On Thu, Sep 01, 2022 at 10:27:25AM -0700, Paul E. McKenney wrote:
> On Thu, Sep 01, 2022 at 12:36:25PM +0200, Sascha Hauer wrote:
> > Hi Paul,
> > 
> > On Mon, Jun 20, 2022 at 03:53:43PM -0700, Paul E. McKenney wrote:
> > > This commit causes synchronous grace periods to be driven from the task
> > > invoking synchronize_rcu_*(), allowing these functions to be invoked from
> > > the mid-boot dead zone extending from when the scheduler was initialized
> > > to to point that the various RCU tasks grace-period kthreads are spawned.
> > > This change will allow the self-tests to run in a consistent manner.
> > > 
> > > Reported-by: Matthew Wilcox <willy@xxxxxxxxxxxxx>
> > > Reported-by: Zhouyi Zhou <zhouzhouyi@xxxxxxxxx>
> > > Signed-off-by: Paul E. McKenney <paulmck@xxxxxxxxxx>
> > 
> > This commit (appeared in mainline as 4a8cc433b8bf) breaks booting my
> > ARMv7 based i.MX6ul board when CONFIG_PROVE_RCU is enabled.

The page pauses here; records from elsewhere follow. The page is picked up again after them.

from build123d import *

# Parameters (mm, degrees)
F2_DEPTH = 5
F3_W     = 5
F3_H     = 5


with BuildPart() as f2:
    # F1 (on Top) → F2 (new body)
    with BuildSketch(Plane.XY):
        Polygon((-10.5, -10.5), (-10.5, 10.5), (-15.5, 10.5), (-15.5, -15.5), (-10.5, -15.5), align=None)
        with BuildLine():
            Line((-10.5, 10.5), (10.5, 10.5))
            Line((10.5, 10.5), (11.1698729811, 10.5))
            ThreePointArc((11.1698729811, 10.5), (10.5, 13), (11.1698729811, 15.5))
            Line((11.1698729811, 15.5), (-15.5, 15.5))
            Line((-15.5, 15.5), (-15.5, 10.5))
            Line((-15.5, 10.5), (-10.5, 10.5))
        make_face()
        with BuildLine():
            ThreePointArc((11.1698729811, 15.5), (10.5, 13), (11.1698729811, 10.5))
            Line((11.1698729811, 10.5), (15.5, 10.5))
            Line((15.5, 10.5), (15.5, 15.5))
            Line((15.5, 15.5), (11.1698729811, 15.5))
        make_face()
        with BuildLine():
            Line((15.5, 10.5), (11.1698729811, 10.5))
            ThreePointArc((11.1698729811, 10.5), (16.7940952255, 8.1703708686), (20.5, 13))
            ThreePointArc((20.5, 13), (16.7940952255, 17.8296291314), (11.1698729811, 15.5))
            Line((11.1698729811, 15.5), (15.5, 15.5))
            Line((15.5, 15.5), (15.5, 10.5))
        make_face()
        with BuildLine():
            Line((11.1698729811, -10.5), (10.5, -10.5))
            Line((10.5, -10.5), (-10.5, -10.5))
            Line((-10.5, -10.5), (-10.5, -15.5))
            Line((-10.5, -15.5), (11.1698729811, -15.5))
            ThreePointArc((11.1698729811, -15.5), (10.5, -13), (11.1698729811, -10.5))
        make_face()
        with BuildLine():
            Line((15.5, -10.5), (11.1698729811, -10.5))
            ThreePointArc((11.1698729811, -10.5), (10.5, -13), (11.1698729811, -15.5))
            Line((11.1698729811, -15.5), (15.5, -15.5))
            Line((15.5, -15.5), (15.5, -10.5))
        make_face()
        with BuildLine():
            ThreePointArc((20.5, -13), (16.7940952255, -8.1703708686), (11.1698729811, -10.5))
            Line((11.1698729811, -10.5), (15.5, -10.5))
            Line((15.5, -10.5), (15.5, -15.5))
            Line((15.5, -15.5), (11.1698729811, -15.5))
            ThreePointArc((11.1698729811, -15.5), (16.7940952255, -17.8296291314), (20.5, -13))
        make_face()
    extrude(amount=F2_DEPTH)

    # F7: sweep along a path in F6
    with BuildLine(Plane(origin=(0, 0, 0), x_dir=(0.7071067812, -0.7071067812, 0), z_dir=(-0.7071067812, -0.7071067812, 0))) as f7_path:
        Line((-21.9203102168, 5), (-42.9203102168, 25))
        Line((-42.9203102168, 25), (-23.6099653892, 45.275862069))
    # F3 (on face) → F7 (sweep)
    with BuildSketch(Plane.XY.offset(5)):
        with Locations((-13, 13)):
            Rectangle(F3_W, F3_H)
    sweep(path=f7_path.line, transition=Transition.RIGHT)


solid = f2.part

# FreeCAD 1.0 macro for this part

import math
import FreeCAD as App
import Part
import Sketcher

V = App.Vector


def add_polygon(sketch, points):
    """Adds a closed chain of lines whose ends are joined by coincident constraints."""
    first, n = sketch.GeometryCount, len(points)
    for a, b in zip(points, points[1:] + points[:1]):
        sketch.addGeometry(Part.LineSegment(App.Vector(*a, 0), App.Vector(*b, 0)), False)
    for i in range(n):
        sketch.addConstraint(Sketcher.Constraint("Coincident", first + i, 2, first + (i + 1) % n, 1))

doc = App.newDocument("Part")
body = doc.addObject("PartDesign::Body", "Body")

# Sketch on XY plane
sketch1 = body.newObject("Sketcher::SketchObject", "Sketch")
sketch1.AttachmentSupport = (doc.getObject("XY_Plane"), [""])
sketch1.MapMode = "FlatFace"
sketch1.addGeometry(Part.LineSegment(V(-16, -16, 0), V(11, -16, 0)), False)
sketch1.addGeometry(Part.ArcOfCircle(Part.Circle(V(16, -13, 0), V(0, 0, 1), 5), math.radians(-150), math.radians(0)), False)
sketch1.addGeometry(Part.ArcOfCircle(Part.Circle(V(16, -13, 0), V(0, 0, 1), 5), math.radians(0), math.radians(150)), False)
sketch1.addGeometry(Part.LineSegment(V(11, -10, 0), V(-10, -10, 0)), False)
sketch1.addGeometry(Part.LineSegment(V(-10, -10, 0), V(-10, 10, 0)), False)
sketch1.addGeometry(Part.LineSegment(V(-10, 10, 0), V(11, 10, 0)), False)
sketch1.addGeometry(Part.ArcOfCircle(Part.Circle(V(16, 13, 0), V(0, 0, 1), 5), math.radians(-150), math.radians(0)), False)
sketch1.addGeometry(Part.ArcOfCircle(Part.Circle(V(16, 13, 0), V(0, 0, 1), 5), math.radians(0), math.radians(150)), False)
sketch1.addGeometry(Part.LineSegment(V(11, 16, 0), V(-16, 16, 0)), False)
sketch1.addGeometry(Part.LineSegment(V(-16, 16, 0), V(-16, -16, 0)), False)
sketch1.addConstraint(Sketcher.Constraint("Coincident", 0, 2, 1, 1))
sketch1.addConstraint(Sketcher.Constraint("Tangent", 1, 2, 2, 1))
sketch1.addConstraint(Sketcher.Constraint("Coincident", 2, 2, 3, 1))
sketch1.addConstraint(Sketcher.Constraint("Coincident", 3, 2, 4, 1))
sketch1.addConstraint(Sketcher.Constraint("Coincident", 4, 2, 5, 1))
sketch1.addConstraint(Sketcher.Constraint("Coincident", 5, 2, 6, 1))
sketch1.addConstraint(Sketcher.Constraint("Tangent", 6, 2, 7, 1))
sketch1.addConstraint(Sketcher.Constraint("Coincident", 7, 2, 8, 1))
sketch1.addConstraint(Sketcher.Constraint("Coincident", 8, 2, 9, 1))
sketch1.addConstraint(Sketcher.Constraint("Coincident", 9, 2, 0, 1))
sketch1.addConstraint(Sketcher.Constraint("Horizontal", 0))
sketch1.addConstraint(Sketcher.Constraint("Horizontal", 3))
sketch1.addConstraint(Sketcher.Constraint("Vertical", 4))
sketch1.addConstraint(Sketcher.Constraint("Horizontal", 5))
sketch1.addConstraint(Sketcher.Constraint("Horizontal", 8))
sketch1.addConstraint(Sketcher.Constraint("Vertical", 9))
sketch1.addConstraint(Sketcher.Constraint("Equal", 1, 2))
sketch1.addConstraint(Sketcher.Constraint("Equal", 2, 6))
sketch1.addConstraint(Sketcher.Constraint("Equal", 6, 7))
sketch1.addConstraint(Sketcher.Constraint("Symmetric", 1, 3, 6, 3, -1))
sketch1.addConstraint(Sketcher.Constraint("Horizontal", 2, 3, 1, 2))
sketch1.addConstraint(Sketcher.Constraint("Horizontal", 7, 3, 6, 2))
sketch1.addConstraint(Sketcher.Constraint("Vertical", 0, 2, 2, 2))
sketch1.addConstraint(Sketcher.Constraint("Vertical", 2, 2, 5, 2))
sketch1.addConstraint(Sketcher.Constraint("Vertical", 5, 2, 7, 2))
sketch1.addConstraint(Sketcher.Constraint("Radius", 1, 5.0))
sketch1.addConstraint(Sketcher.Constraint("DistanceY", 4, 1, 4, 2, 21.0))
sketch1.addConstraint(Sketcher.Constraint("DistanceY", 9, 2, 9, 1, 31.0))
sketch1.addConstraint(Sketcher.Constraint("DistanceX", 3, 2, 1, 3, 26.0))
sketch1.addConstraint(Sketcher.Constraint("DistanceX", 8, 2, 4, 2, 5.0))
sketch1.addConstraint(Sketcher.Constraint("DistanceX", -1, 1, 1, 3, 15.5))
pad1 = body.newObject("PartDesign::Pad", "Pad")
pad1.Profile = sketch1
pad1.Length = 5

# Sketch on XY plane
sketch2 = body.newObject("Sketcher::SketchObject", "Sketch001")
sketch2.AttachmentSupport = (doc.getObject("XY_Plane"), [""])
sketch2.MapMode = "FlatFace"
sketch2.AttachmentOffset = App.Placement(V(0, 0, 5), App.Rotation())
add_polygon(sketch2, [(-16, 16), (-16, 10), (-10, 10), (-10, 16)])  # lines 0-3
sketch2.addConstraint(Sketcher.Constraint("Vertical", 0))
sketch2.addConstraint(Sketcher.Constraint("Horizontal", 1))
sketch2.addConstraint(Sketcher.Constraint("Vertical", 2))
sketch2.addConstraint(Sketcher.Constraint("Horizontal", 3))
sketch2.addConstraint(Sketcher.Constraint("Equal", 3, 0))
sketch2.addConstraint(Sketcher.Constraint("DistanceX", 1, 1, 1, 2, 5.0))
sketch2.addConstraint(Sketcher.Constraint("DistanceX", 0, 2, -1, 1, 15.5))
sketch2.addConstraint(Sketcher.Constraint("DistanceY", -1, 1, 0, 2, 10.5))

# Sketch on an angled plane
sketch3 = body.newObject("Sketcher::SketchObject", "Sketch002")
sketch3.Placement = App.Placement(V(0, 0, 0), App.Rotation(V(0.707106781, -0.707106781, 0), V(0, 0, 0.999999999), V(-0.707106781, -0.707106781, 0), "ZXY"))
sketch3.addGeometry(Part.LineSegment(V(-22, 5, 0), V(-43, 25, 0)), False)
sketch3.addGeometry(Part.LineSegment(V(-43, 25, 0), V(-24, 45, 0)), False)
sketch3.addConstraint(Sketcher.Constraint("Coincident", 0, 2, 1, 1))
sketch3.addConstraint(Sketcher.Constraint("Perpendicular", 0, 1))
sketch3.addConstraint(Sketcher.Constraint("Distance", 0, 29.0))
sketch3.addConstraint(Sketcher.Constraint("Distance", 1, 28.0))
sketch3.addConstraint(Sketcher.Constraint("DistanceY", -1, 1, 0, 1, 5.0))
sketch3.addConstraint(Sketcher.Constraint("DistanceY", -1, 1, 0, 2, 25.0))
sketch3.addConstraint(Sketcher.Constraint("DistanceX", 0, 1, -1, 1, 21.92031))
doc.recompute()

additivepipe = body.newObject("PartDesign::AdditivePipe", "AdditivePipe")
additivepipe.Profile = sketch2
additivepipe.Spine = (sketch3, ["Edge1", "Edge2"])
additivepipe.Transition = "Right corner"

doc.recompute()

Reverting
> > this patch on v6.0-rc3 makes my board boot again. See below for a boot
> > log. The last message is "Running RCU-tasks wait API self tests", after
> > that the board hangs. Any idea what goes wrong here?
> 
> New one on me!
> 
> Is it possible to get a stack trace of the hang, perhaps via
> one form or another of sysrq-T?  Such a stack trace would likely
> include synchronize_rcu_tasks(), synchronize_rcu_tasks_rude(), or
> synchronize_rcu_tasks_trace() followed by synchronize_rcu_tasks_generic(),
> rcu_tasks_one_gp(), and one of rcu_tasks_wait_gp(),
> rcu_tasks_rude_wait_gp(), or rcu_tasks_wait_gp().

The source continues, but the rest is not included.